ATLANTA — More than 800 unionists rallied here Aug. 22 as part of the National Day of Solidarity with striking members of the Screen Actors Guild-American Federation of Television and Radio Artists and the Writers Guild of America. SAG-AFTRA members have been on strike since July 13, and WGA members since May 2. Similar actions took place in Los Angeles, New York and other cities.
“As long as it takes!” was one of the cheers at the spirited rally held at the Teamsters Local 728 union hall. Speakers included AFL-CIO President Liz Schuler and a number of film and TV actors and writers.

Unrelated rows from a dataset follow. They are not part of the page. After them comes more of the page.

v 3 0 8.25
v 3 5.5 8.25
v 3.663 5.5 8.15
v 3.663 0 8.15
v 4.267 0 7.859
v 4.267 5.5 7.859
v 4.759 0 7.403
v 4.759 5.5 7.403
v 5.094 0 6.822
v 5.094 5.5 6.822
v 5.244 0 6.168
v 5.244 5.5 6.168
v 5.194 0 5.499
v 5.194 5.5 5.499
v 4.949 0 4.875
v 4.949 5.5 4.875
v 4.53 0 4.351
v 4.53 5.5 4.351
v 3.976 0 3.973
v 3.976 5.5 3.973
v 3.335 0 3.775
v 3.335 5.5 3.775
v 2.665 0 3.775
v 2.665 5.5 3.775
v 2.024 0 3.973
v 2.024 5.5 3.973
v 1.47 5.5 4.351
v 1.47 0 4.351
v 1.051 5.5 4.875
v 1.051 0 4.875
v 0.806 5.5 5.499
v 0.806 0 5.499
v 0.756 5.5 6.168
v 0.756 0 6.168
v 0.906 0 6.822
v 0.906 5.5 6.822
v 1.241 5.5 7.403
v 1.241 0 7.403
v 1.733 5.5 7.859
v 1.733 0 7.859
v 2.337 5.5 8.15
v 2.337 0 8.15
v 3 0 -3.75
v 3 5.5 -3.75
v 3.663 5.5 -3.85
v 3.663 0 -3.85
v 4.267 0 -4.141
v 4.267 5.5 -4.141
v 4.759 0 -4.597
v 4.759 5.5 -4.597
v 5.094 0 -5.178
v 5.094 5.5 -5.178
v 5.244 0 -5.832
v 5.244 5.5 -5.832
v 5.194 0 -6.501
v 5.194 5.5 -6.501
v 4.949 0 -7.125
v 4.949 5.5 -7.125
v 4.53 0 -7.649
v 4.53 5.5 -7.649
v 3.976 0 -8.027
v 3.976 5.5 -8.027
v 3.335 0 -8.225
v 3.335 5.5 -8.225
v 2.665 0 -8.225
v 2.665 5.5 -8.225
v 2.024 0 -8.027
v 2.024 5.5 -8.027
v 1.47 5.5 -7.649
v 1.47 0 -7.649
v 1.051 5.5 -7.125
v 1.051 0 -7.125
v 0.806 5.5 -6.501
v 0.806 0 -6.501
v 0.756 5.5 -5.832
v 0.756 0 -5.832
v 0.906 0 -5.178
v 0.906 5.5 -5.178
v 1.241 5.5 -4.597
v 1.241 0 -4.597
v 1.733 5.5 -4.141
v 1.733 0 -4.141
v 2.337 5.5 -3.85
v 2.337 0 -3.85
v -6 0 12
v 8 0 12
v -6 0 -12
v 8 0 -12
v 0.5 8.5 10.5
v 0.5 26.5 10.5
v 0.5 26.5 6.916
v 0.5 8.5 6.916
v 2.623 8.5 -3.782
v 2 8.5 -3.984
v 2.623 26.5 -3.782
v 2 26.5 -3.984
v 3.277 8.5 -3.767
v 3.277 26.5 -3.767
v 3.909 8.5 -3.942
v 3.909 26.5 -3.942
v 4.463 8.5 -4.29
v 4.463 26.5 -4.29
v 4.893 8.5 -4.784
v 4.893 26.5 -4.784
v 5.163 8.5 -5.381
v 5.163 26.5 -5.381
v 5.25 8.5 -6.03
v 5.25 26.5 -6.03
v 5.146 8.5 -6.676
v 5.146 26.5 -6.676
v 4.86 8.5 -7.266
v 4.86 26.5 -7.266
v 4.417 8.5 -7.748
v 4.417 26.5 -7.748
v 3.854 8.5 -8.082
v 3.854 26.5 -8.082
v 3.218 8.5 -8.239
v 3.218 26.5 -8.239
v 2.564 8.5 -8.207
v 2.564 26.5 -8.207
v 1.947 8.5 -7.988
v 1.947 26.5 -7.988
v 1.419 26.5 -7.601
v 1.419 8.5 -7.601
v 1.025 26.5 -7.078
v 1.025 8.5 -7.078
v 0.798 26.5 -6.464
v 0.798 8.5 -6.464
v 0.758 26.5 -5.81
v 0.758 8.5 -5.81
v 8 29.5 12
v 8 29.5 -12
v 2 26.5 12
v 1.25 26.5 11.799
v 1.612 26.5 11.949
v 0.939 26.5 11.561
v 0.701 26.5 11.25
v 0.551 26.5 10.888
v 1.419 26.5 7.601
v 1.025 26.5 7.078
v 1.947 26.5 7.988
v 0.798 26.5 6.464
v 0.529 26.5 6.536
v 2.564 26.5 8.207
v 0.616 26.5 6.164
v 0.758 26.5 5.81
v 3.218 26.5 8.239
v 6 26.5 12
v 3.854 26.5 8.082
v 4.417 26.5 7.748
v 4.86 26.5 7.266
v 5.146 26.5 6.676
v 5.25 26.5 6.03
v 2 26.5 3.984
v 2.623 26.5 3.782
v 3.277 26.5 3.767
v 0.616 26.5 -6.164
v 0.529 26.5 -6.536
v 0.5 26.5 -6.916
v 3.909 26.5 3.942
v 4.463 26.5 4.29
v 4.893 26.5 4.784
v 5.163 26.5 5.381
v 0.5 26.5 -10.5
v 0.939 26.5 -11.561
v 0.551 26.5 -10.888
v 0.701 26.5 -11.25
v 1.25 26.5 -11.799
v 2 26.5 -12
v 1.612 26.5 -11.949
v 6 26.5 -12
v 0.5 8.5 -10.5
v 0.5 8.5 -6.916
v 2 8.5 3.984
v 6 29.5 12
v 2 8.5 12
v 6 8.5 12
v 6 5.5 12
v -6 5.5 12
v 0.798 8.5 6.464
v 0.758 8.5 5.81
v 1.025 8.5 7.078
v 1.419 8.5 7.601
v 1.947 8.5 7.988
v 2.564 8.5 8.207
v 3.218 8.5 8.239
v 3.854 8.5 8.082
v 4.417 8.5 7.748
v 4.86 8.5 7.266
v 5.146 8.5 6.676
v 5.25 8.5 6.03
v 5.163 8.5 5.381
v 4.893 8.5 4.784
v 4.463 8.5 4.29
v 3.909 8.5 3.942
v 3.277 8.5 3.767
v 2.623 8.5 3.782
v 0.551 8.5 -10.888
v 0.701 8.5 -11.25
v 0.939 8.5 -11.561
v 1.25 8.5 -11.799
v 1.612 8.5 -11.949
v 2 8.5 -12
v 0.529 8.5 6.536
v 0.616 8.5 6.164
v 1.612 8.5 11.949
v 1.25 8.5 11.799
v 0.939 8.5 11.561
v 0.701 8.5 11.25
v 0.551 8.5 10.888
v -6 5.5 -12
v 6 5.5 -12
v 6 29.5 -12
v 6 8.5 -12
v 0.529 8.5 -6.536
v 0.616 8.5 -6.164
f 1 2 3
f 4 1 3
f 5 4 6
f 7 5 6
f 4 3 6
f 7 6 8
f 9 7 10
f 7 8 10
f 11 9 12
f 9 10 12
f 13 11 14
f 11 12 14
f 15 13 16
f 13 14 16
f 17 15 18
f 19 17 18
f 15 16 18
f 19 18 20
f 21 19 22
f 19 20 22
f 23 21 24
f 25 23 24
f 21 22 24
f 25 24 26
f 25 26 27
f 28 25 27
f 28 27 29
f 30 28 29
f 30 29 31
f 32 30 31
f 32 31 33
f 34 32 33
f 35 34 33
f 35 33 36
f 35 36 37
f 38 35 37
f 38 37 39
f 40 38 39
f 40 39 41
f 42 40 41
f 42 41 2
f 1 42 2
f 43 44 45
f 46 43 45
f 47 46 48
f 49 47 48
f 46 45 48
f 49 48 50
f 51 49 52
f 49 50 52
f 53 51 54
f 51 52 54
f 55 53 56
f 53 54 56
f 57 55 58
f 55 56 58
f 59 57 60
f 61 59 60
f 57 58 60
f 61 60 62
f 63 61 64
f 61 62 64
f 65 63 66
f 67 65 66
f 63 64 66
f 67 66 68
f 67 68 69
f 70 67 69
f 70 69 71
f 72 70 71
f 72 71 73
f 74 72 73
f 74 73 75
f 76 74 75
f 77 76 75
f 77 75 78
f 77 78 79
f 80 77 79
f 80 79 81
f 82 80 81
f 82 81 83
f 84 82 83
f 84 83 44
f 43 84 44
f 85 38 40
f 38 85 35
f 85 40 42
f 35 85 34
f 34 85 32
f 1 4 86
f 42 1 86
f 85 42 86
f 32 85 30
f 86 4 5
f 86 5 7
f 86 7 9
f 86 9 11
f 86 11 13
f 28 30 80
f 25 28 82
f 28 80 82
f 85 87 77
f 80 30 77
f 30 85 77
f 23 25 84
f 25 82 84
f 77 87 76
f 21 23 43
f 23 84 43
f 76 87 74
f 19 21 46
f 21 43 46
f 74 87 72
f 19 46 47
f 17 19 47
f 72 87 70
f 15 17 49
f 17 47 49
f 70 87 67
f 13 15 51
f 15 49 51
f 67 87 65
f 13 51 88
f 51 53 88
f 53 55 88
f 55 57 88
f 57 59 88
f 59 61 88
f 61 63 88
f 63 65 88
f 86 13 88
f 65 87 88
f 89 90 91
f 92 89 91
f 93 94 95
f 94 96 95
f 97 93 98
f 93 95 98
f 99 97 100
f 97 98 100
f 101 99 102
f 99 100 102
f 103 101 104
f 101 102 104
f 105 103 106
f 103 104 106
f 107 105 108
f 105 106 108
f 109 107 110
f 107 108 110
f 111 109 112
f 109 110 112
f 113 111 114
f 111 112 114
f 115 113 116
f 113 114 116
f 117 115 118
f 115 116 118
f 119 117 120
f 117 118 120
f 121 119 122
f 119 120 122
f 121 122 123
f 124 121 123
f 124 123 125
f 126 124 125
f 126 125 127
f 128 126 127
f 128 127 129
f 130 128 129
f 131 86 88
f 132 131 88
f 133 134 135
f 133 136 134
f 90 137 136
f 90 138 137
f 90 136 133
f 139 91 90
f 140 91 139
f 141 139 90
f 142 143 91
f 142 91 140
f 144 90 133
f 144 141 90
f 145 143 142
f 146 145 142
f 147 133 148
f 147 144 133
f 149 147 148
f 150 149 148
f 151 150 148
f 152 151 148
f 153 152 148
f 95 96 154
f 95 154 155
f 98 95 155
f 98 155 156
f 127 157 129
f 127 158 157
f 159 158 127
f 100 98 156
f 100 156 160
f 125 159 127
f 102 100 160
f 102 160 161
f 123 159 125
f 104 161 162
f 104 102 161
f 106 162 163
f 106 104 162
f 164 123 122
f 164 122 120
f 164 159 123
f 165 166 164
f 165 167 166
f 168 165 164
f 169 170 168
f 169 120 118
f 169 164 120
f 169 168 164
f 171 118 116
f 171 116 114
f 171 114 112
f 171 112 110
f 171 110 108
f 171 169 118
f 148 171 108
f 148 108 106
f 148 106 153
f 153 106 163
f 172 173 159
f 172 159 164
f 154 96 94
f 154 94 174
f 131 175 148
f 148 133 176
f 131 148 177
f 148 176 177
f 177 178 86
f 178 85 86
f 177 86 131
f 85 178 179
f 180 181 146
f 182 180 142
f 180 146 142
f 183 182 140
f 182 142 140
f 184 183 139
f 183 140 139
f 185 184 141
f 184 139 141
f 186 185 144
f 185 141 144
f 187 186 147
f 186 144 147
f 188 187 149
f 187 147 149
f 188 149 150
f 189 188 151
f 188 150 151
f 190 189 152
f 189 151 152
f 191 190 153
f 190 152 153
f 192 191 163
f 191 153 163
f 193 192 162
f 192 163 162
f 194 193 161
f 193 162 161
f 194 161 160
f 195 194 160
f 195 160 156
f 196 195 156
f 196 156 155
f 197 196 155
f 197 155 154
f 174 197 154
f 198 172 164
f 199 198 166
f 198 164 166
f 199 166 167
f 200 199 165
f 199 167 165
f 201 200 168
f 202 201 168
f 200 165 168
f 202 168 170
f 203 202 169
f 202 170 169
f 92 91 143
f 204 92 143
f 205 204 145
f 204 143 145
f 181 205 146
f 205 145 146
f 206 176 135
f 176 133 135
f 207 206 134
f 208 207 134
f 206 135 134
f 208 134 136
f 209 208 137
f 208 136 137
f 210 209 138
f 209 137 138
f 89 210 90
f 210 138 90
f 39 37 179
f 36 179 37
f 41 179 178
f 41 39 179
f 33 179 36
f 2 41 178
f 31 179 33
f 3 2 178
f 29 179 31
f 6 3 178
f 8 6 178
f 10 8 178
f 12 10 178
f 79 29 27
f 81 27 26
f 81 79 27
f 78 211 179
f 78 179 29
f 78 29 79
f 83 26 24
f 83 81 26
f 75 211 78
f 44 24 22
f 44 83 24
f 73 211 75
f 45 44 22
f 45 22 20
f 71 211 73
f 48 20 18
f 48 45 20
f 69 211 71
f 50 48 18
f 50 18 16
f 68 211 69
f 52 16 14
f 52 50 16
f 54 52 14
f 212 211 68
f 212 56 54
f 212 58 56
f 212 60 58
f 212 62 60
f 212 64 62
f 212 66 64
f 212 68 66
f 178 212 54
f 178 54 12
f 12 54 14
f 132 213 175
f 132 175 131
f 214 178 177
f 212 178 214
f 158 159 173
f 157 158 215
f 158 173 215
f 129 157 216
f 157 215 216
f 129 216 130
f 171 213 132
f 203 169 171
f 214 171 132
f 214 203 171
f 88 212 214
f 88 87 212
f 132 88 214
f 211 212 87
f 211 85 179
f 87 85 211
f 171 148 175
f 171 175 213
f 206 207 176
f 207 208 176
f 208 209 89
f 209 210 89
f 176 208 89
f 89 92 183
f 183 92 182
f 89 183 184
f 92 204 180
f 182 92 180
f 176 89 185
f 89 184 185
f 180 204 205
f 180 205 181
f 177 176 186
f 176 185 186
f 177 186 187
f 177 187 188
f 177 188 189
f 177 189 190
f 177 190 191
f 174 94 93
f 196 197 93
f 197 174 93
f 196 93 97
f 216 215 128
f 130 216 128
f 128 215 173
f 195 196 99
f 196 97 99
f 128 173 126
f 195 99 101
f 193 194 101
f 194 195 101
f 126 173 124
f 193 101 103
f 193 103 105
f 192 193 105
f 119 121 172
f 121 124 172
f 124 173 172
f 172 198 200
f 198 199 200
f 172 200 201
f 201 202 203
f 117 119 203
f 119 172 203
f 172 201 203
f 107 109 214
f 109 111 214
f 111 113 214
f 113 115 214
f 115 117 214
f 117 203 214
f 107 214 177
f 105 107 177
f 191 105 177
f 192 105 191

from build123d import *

# Parameters (mm, degrees)
SKETCH1_W           = 12
SKETCH1_H           = 24
BOSS_EXTRUDE1_DEPTH = 5.5
SKETCH2_W           = 2
SKETCH2_H           = 24
BOSS_EXTRUDE2_DEPTH = 29.5
BOSS_EXTRUDE4_START = 3
SKETCH4_W           = 5.5
SKETCH4_H           = 24
BOSS_EXTRUDE4_DEPTH = 18
SKETCH5_W           = 9.25
SKETCH5_H           = 18
CUT_EXTRUDE1_DEPTH  = 1.5
FILLET1_R           = 2.5
SKETCH6_R           = 2.25
CUT_EXTRUDE2_DEPTH  = 31.170349683
FILLET2_R           = 1.5


with BuildPart() as part:
    # Sketch1 → Boss-Extrude1 (new body)
    with BuildSketch(Plane(origin=(0, 0, 0), x_dir=(1, 0, 0), z_dir=(0, 1, 0))):
        Rectangle(SKETCH1_W, SKETCH1_H)
    extrude(amount=BOSS_EXTRUDE1_DEPTH)

    # Sketch2 → Boss-Extrude2 (add)
    with BuildSketch(Plane(origin=(0, 0, 0), x_dir=(1, 0, 0), z_dir=(0, 1, 0))):
        with Locations((7, 0)):
            Rectangle(SKETCH2_W, SKETCH2_H)
    extrude(amount=BOSS_EXTRUDE2_DEPTH)

    # Sketch4 → Boss-Extrude4 (add)
    with BuildSketch(Plane(origin=(0, 5.5, 0), x_dir=(1, 0, 0), z_dir=(0, 1, 0)).offset(BOSS_EXTRUDE4_START)):
        with Locations((3.25, 0)):
            Rectangle(SKETCH4_W, SKETCH4_H)
    extrude(amount=BOSS_EXTRUDE4_DEPTH)

    # Sketch5 → Cut-Extrude1 (cut)
    with BuildSketch(Plane.ZY.offset(-0.5)):
        with Locations((0, 17.5)):
            Rectangle(SKETCH5_W, SKETCH5_H)
    extrude(amount=-CUT_EXTRUDE1_DEPTH, mode=Mode.SUBTRACT)

    # Fillet1
    # the kernel refuses this fillet: 2.5 mm, written as the material it takes off along each edge
    with BuildSketch(Plane(origin=(0.5, 32.228219619, 4.625), x_dir=(0, 0, 1), z_dir=(0, -1, 0)), Plane(origin=(0.5, 8.5, -4.625), x_dir=(0, 0, -1), z_dir=(0, 1, 0))) as fillet1_piece_1:
        with BuildLine():
            CenterArc((2.291287847, -2.5), FILLET1_R, 90, 66.421821522)
            Line((0, -1.5), (0, 0))
            Line((0, 0), (2.291287847, 0))
        make_face()
    extrude(amount=23.728219619, mode=Mode.SUBTRACT)

    # Sketch6 → Cut-Extrude2 (cut, through all)
    with BuildSketch(Plane(origin=(0, 26.5, 0), x_dir=(1, 0, 0), z_dir=(0, 1, 0))):
        with Locations(Location((3, -6, 0), (0, 0, 270))):
            Circle(SKETCH6_R)
        with Locations(Location((3, 6, 0), (0, 0, 270))):
            Circle(SKETCH6_R)
    extrude(amount=-CUT_EXTRUDE2_DEPTH, mode=Mode.SUBTRACT)

    # Fillet2
    fillet2_edges = [part.edges().sort_by_distance(p)[0] for p in [
        (0.5, 17.5, -12),
        (0.5, 17.5, 12),
    ]]
    fillet(fillet2_edges, radius=FILLET2_R)


solid = part.part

Workers involved in union organizing efforts at Delta Air Lines, as well as Teamsters union members who drive the large movie vans, participated in the protest. Georgia has become an increasingly attractive center for TV and film production.

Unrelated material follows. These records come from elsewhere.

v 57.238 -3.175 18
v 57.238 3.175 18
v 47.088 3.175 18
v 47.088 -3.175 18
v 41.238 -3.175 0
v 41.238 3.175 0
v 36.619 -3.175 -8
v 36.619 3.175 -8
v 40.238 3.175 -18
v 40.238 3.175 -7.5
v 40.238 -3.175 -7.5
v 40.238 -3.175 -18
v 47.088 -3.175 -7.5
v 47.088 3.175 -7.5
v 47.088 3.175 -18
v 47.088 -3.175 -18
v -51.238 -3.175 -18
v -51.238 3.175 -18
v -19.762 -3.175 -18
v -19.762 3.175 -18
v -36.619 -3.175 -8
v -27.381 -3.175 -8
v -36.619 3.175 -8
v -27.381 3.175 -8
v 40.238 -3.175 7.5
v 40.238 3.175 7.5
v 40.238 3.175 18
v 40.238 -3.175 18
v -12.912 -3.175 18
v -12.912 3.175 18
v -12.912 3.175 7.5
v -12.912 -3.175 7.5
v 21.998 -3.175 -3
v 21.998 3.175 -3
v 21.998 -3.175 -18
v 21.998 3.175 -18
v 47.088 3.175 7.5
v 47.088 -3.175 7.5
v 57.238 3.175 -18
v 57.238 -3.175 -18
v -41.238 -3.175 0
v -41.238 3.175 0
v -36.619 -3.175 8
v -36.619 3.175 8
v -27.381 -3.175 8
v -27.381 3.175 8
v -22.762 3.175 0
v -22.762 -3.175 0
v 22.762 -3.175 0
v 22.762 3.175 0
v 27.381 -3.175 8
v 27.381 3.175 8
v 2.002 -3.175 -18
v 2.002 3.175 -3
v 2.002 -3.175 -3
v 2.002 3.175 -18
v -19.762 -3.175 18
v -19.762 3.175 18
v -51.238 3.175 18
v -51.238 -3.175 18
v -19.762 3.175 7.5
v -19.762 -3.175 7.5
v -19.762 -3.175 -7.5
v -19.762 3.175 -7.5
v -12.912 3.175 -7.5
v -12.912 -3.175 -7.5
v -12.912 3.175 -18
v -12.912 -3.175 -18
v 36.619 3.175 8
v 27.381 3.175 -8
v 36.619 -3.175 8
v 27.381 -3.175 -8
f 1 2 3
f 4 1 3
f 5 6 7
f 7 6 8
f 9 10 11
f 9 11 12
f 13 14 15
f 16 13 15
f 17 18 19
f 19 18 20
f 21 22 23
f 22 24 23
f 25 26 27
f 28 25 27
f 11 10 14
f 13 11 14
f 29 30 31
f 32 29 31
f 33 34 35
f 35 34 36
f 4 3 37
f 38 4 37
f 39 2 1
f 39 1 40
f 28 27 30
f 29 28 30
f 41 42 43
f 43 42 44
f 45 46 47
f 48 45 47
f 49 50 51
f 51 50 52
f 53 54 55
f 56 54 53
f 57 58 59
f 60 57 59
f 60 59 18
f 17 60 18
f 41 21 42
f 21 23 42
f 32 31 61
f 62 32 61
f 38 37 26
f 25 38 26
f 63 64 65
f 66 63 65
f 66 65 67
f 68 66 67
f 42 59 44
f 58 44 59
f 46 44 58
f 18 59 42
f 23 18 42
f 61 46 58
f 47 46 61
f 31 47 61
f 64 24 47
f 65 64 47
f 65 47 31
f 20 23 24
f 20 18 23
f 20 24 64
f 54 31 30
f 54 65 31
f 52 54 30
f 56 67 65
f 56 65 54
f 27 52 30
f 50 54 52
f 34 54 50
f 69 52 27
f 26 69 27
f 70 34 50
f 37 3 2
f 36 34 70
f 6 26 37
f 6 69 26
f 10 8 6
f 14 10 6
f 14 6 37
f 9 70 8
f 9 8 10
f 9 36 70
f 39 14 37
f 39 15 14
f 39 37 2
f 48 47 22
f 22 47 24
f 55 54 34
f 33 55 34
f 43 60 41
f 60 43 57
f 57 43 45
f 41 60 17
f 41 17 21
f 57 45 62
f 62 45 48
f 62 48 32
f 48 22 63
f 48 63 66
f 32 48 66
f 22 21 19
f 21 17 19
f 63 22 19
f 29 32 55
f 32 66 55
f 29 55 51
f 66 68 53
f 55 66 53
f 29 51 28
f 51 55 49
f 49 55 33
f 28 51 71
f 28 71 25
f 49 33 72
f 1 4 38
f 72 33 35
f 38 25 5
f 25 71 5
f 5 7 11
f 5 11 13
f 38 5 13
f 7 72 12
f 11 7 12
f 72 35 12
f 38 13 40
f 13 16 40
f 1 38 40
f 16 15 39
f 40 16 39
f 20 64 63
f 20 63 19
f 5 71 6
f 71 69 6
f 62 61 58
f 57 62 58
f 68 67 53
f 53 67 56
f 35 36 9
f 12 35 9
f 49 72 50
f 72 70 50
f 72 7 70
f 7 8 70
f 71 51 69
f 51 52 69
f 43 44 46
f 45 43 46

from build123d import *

# Parameters (mm, degrees)
SKETCH1_W           = 108.475208614
SKETCH1_H           = 90.5
BOSS_EXTRUDE1_DEPTH = 3.175
SKETCH2_W           = 6.85
SKETCH2_H           = 10.5
CUT_EXTRUDE1_DEPTH  = 93.588961798
LPATTERN1_COUNT     = 2
LPATTERN1_PITCH     = 60
SKETCH3_W           = 19.995208614
SKETCH3_H           = 15
CUT_EXTRUDE2_DEPTH  = 93.588961798
SKETCH4_W           = 6.85
SKETCH4_H           = 10.5
CUT_EXTRUDE3_DEPTH  = 93.588961798
SHORT_DEPTH         = 93.588961798


with BuildPart() as part:
    # Sketch1 → Boss-Extrude1 (new, symmetric)
    with BuildSketch(Plane(origin=(0, 0, 0), x_dir=(1, 0, 0), z_dir=(0, 1, 0))):
        with Locations((3, -27.25)):
            Rectangle(SKETCH1_W, SKETCH1_H)
        Polygon((-22.762395693, 0), (-27.381197846, 8), (-36.618802154, 8), (-41.237604307, 0), (-36.618802154, -8), (-27.381197846, -8), align=None, mode=Mode.SUBTRACT)
        Polygon((41.237604307, 0), (36.618802154, 8), (27.381197846, 8), (22.762395693, 0), (27.381197846, -8), (36.618802154, -8), align=None, mode=Mode.SUBTRACT)
    extrude(amount=BOSS_EXTRUDE1_DEPTH, both=True)

    # Sketch2 → Cut-Extrude1 (cut, through all)
    with BuildSketch(Plane(origin=(0, 3.175, 0), x_dir=(1, 0, 0), z_dir=(0, 1, 0))):
        with Locations((-16.337395693, 12.75)):
            Rectangle(SKETCH2_W, SKETCH2_H)
        with Locations((-16.337395693, -67.25)):
            Rectangle(SKETCH2_W, SKETCH2_H)
        with Locations((-16.337395693, -27.25)):
            Rectangle(SKETCH2_W, SKETCH2_H)
    cut_extrude1 = extrude(amount=-CUT_EXTRUDE1_DEPTH, mode=Mode.SUBTRACT)

    # LPattern1: Cut-Extrude1 ×2
    with Locations(*[(i * LPATTERN1_PITCH, 0, 0) for i in range(1, LPATTERN1_COUNT)]):
        add(cut_extrude1, mode=Mode.SUBTRACT)

    # Sketch3 → Cut-Extrude2 (cut, through all)
    with BuildSketch(Plane(origin=(0, 3.175, 0), x_dir=(1, 0, 0), z_dir=(0, 1, 0))):
        with Locations((12, 10.5)):
            Rectangle(SKETCH3_W, SKETCH3_H)
    extrude(amount=-CUT_EXTRUDE2_DEPTH, mode=Mode.SUBTRACT)

    # Sketch4 → Cut-Extrude3 (cut, through all)
    with BuildSketch(Plane(origin=(0, 3.175, 0), x_dir=(1, 0, 0), z_dir=(0, 1, 0))):
        with Locations((50.512604307, -64.25)):
            Rectangle(SKETCH4_W, SKETCH4_H)
        with Locations((50.512604307, -31.95)):
            Rectangle(SKETCH4_W, SKETCH4_H)
    extrude(amount=-CUT_EXTRUDE3_DEPTH, mode=Mode.SUBTRACT)

    # Sketch5 → Short (cut, through all)
    with BuildSketch(Plane(origin=(0, 3.175, 0), x_dir=(1, 0, 0), z_dir=(0, 1, 0))):
        Polygon((-51.237604307, -72.5), (57.237604307, -72.5), (57.237604307, -18), (47.087604307, -18), (47.087604307, -7.5), (40.237604307, -7.5), (40.237604307, -18), (-12.912395693, -18), (-12.912395693, -7.5), (-19.762395693, -7.5), (-19.762395693, -18), (-51.237604307, -18), align=None)
    extrude(amount=-SHORT_DEPTH, mode=Mode.SUBTRACT)


solid = part.part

“We’re not on strike, but we’re honoring the actors’ and writers’ picket lines,” Teamsters member Paul Yates told the Militant. “Their fight for a fair contract is our fight too,” noting that some 2,400 Teamsters work in the Georgia film industry.
“I definitely think there’s a concerted effort by the employers to go against the unions, to break us down. What the Biden administration and Congress last fall did to the rail workers is like being enslaved to the rail companies,” he said. Teamsters in movie and TV production face some of the same conditions as rail workers, including inhuman schedules and no family time. “When we work, it’s 16-18 hours a day,“ he pointed out.
Yates got a year’s subscription to the Militant and Teamster Rebellion by Socialist Workers Party leader Farrell Dobbs, who led the union’s over-the-road organizing drive in the 1930s. Yates was interested in learning more about the history of his union, and what’s happening in the labor movement today.